To skip compactions in writers, set the following table property to true.

Option Required Default Type Description
write-only
No false Boolean If set to true, compactions and snapshot expiration will be skipped. This option is used along with dedicated compact jobs.

To run a dedicated job for compaction, follow these instructions.

Flink SQL currently does not support statements related to compactions, so we have to submit the compaction job through flink run.

Run the following command to submit a compaction job for the table.

<FLINK_HOME>/bin/flink run \
    /path/to/paimon-flink-action-0.4.0-incubating.jar \
    compact \
    --warehouse <warehouse-path> \
    --database <database-name> \ 
    --table <table-name> \
    [--partition <partition-name>] \
    [--catalog-conf <paimon-catalog-conf> [--catalog-conf <paimon-catalog-conf> ...]] \
  • --catalog-conf is the configuration for Paimon catalog. Each configuration should be specified in the format key=value. See here for a complete list of catalog configurations.

If you submit a batch job (set execution.runtime-mode: batch in Flink’s configuration), all current table files will be compacted. If you submit a streaming job (set execution.runtime-mode: streaming in Flink’s configuration), the job will continuously monitor new changes to the table and perform compactions as needed.

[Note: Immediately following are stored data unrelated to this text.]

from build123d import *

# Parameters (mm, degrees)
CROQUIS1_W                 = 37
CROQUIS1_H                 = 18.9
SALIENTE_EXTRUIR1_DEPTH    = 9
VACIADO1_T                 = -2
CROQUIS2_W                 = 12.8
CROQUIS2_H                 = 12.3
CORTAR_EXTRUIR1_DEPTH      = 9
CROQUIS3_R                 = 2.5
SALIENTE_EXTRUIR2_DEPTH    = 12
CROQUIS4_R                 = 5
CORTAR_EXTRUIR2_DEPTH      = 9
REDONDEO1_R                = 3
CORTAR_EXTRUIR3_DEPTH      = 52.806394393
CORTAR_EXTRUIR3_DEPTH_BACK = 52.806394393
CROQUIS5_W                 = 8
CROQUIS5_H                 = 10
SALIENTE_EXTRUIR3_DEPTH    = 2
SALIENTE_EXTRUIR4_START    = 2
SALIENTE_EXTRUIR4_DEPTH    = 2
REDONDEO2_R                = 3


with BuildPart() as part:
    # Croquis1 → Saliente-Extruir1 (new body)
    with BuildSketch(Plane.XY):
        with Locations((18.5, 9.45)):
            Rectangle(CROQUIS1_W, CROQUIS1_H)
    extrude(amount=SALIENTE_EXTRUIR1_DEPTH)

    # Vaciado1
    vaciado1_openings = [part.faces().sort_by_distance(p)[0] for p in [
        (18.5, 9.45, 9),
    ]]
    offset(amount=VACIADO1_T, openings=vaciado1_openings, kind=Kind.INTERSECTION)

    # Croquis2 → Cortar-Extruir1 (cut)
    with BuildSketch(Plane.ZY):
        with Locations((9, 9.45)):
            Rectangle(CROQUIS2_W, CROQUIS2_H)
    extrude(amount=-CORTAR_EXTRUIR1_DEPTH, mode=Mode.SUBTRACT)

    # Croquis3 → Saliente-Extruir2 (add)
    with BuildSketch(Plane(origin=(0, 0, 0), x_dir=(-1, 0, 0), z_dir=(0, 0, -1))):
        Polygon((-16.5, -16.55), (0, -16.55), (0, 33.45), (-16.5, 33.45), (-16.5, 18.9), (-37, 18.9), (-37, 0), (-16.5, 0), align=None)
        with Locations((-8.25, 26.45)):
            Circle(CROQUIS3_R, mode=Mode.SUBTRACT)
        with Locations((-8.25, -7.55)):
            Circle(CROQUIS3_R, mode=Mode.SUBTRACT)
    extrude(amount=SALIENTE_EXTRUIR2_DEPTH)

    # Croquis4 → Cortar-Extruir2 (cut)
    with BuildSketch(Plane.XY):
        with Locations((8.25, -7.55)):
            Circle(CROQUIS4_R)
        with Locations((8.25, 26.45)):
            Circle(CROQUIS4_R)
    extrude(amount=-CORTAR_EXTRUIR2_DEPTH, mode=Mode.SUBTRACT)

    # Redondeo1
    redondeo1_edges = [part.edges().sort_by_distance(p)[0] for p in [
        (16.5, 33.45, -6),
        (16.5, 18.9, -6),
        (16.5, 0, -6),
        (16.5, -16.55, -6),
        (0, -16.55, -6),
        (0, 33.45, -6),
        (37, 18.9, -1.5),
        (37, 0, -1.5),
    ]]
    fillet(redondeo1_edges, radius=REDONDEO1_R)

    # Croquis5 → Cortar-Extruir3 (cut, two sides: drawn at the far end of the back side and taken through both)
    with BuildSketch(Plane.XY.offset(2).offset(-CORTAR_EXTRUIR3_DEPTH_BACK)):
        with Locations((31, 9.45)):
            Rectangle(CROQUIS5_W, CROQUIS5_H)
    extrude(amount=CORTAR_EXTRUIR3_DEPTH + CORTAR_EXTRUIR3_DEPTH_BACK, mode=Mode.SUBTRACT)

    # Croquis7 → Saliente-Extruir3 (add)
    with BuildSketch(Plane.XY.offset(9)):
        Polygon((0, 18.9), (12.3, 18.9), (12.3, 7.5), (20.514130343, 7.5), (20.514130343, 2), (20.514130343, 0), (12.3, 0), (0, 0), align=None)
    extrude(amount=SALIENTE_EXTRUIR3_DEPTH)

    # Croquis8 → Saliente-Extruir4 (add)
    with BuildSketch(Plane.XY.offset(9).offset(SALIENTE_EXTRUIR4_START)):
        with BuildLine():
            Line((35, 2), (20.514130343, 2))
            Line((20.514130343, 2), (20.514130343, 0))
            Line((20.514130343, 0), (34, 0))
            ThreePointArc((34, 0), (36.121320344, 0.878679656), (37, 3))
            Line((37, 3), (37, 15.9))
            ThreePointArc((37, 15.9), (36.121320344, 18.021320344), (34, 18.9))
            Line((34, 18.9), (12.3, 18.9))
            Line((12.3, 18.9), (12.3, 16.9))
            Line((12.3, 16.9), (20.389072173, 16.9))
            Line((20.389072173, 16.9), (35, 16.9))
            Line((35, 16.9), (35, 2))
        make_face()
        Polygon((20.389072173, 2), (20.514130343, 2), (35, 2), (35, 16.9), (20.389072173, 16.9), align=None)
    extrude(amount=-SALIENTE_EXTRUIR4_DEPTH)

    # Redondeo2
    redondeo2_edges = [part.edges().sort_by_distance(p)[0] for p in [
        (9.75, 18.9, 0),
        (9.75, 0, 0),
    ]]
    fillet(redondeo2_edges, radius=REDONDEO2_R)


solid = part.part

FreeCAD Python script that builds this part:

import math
import FreeCAD as App
import Part
import Sketcher
from FreeCAD import Vector


def edges_at(feature, points):
    """Names of the edges that pass closest to the given points."""
    edges = feature.Shape.Edges
    near = lambda p: min(range(len(edges)), key=lambda i: edges[i].distToShape(Part.Vertex(*p))[0])
    return sorted({f"Edge{near(p) + 1}" for p in points})


def faces_at(feature, points):
    """Names of the faces that lie closest to the given points."""
    faces = feature.Shape.Faces
    near = lambda p: min(range(len(faces)), key=lambda i: faces[i].distToShape(Part.Vertex(*p))[0])
    return sorted({f"Face{near(p) + 1}" for p in points})

doc = App.newDocument("Part")
body = doc.addObject("PartDesign::Body", "Body")

# Sketch on XY plane
sketch1 = body.newObject("Sketcher::SketchObject", "Sketch")
sketch1.AttachmentSupport = (doc.getObject("XY_Plane"), [""])
sketch1.MapMode = "FlatFace"
sketch1.addGeometry(Part.LineSegment(Vector(0, 19, 0), Vector(0, 0, 0)), False)
sketch1.addGeometry(Part.LineSegment(Vector(0, 0, 0), Vector(37, 0, 0)), False)
sketch1.addGeometry(Part.LineSegment(Vector(37, 0, 0), Vector(37, 19, 0)), False)
sketch1.addGeometry(Part.LineSegment(Vector(37, 19, 0), Vector(0, 19, 0)), False)
sketch1.addConstraint(Sketcher.Constraint("Coincident", 0, 2, 1, 1))
sketch1.addConstraint(Sketcher.Constraint("Coincident", 1, 2, 2, 1))
sketch1.addConstraint(Sketcher.Constraint("Coincident", 2, 2, 3, 1))
sketch1.addConstraint(Sketcher.Constraint("Coincident", 3, 2, 0, 1))
sketch1.addConstraint(Sketcher.Constraint("Vertical", 0))
sketch1.addConstraint(Sketcher.Constraint("Horizontal", 1))
sketch1.addConstraint(Sketcher.Constraint("Vertical", 2))
sketch1.addConstraint(Sketcher.Constraint("Horizontal", 3))
sketch1.addConstraint(Sketcher.Constraint("Coincident", 0, 2, -1, 1))
sketch1.addConstraint(Sketcher.Constraint("DistanceX", 1, 1, 1, 2, 37.0))
sketch1.addConstraint(Sketcher.Constraint("DistanceY", 0, 2, 0, 1, 18.9))
pad1 = body.newObject("PartDesign::Pad", "Pad")
pad1.Profile = sketch1
pad1.Length = 9
doc.recompute()

thickness = body.newObject("PartDesign::Thickness", "Thickness")
thickness.Base = (pad1, faces_at(pad1, [(18.5, 9.45, 9)]))
thickness.Value = 2
thickness.Reversed = True
thickness.Join = "Intersection"

# Sketch on YZ plane
sketch2 = body.newObject("Sketcher::SketchObject", "Sketch001")
sketch2.AttachmentSupport = (doc.getObject("YZ_Plane"), [""])
sketch2.MapMode = "FlatFace"
sketch2.addGeometry(Part.LineSegment(Vector(16, 3, 0), Vector(3, 3, 0)), False)
sketch2.addGeometry(Part.LineSegment(Vector(3, 3, 0), Vector(3, 15, 0)), False)
sketch2.addGeometry(Part.LineSegment(Vector(3, 15, 0), Vector(16, 15, 0)), False)
sketch2.addGeometry(Part.LineSegment(Vector(16, 15, 0), Vector(16, 3, 0)), False)
sketch2.addConstraint(Sketcher.Constraint("Coincident", 0, 2, 1, 1))
sketch2.addConstraint(Sketcher.Constraint("Coincident", 1, 2, 2, 1))
sketch2.addConstraint(Sketcher.Constraint("Coincident", 2, 2, 3, 1))
sketch2.addConstraint(Sketcher.Constraint("Coincident", 3, 2, 0, 1))
sketch2.addConstraint(Sketcher.Constraint("Horizontal", 0))
sketch2.addConstraint(Sketcher.Constraint("Vertical", 1))
sketch2.addConstraint(Sketcher.Constraint("Horizontal", 2))
sketch2.addConstraint(Sketcher.Constraint("Vertical", 3))
sketch2.addConstraint(Sketcher.Constraint("DistanceX", 0, 2, 0, 1, 12.3))
sketch2.addConstraint(Sketcher.Constraint("DistanceY", 1, 1, 1, 2, 12.8))
sketch2.addConstraint(Sketcher.Constraint("DistanceX", -1, 1, 0, 2, 3.3))
sketch2.addConstraint(Sketcher.Constraint("DistanceY", -1, 1, 0, 2, 2.6))
pocket1 = body.newObject("PartDesign::Pocket", "Pocket")
pocket1.Profile = sketch2
pocket1.Length = 9
pocket1.Reversed = True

If you only want to submit the compaction job and don’t want to wait until the job is done, you should submit in detached mode.

Example

<FLINK_HOME>/bin/flink run \
    /path/to/paimon-flink-action-0.4.0-incubating.jar \
    compact \
    --warehouse s3:///path/to/warehouse \
    --database test_db \
    --table test_table \
    --partition dt=20221126,hh=08 \
    --partition dt=20221127,hh=09 \
    --catalog-conf s3.endpoint=https://****.com \
    --catalog-conf s3.access-key=***** \
    --catalog-conf s3.secret-key=*****

For more usage of the compact action, see

<FLINK_HOME>/bin/flink run \
    /path/to/paimon-flink-action-0.4.0-incubating.jar \
    compact --help

Memory #

There are three main places in Paimon writer that takes up memory:

  • Writer’s memory buffer, shared and preempted by all writers of a single task. This memory value can be adjusted by the write-buffer-size table property.
  • Memory consumed when merging several sorted runs for compaction. Can be adjusted by the num-sorted-run.compaction-trigger option to change the number of sorted runs to be merged.
  • If the row is very large, reading too many lines of data at once can consume a lot of memory when making a compaction. Reducing the read.batch-size option can alleviate the impact of this case.
  • The memory consumed by writing columnar (ORC, Parquet, etc.) file, which is not adjustable.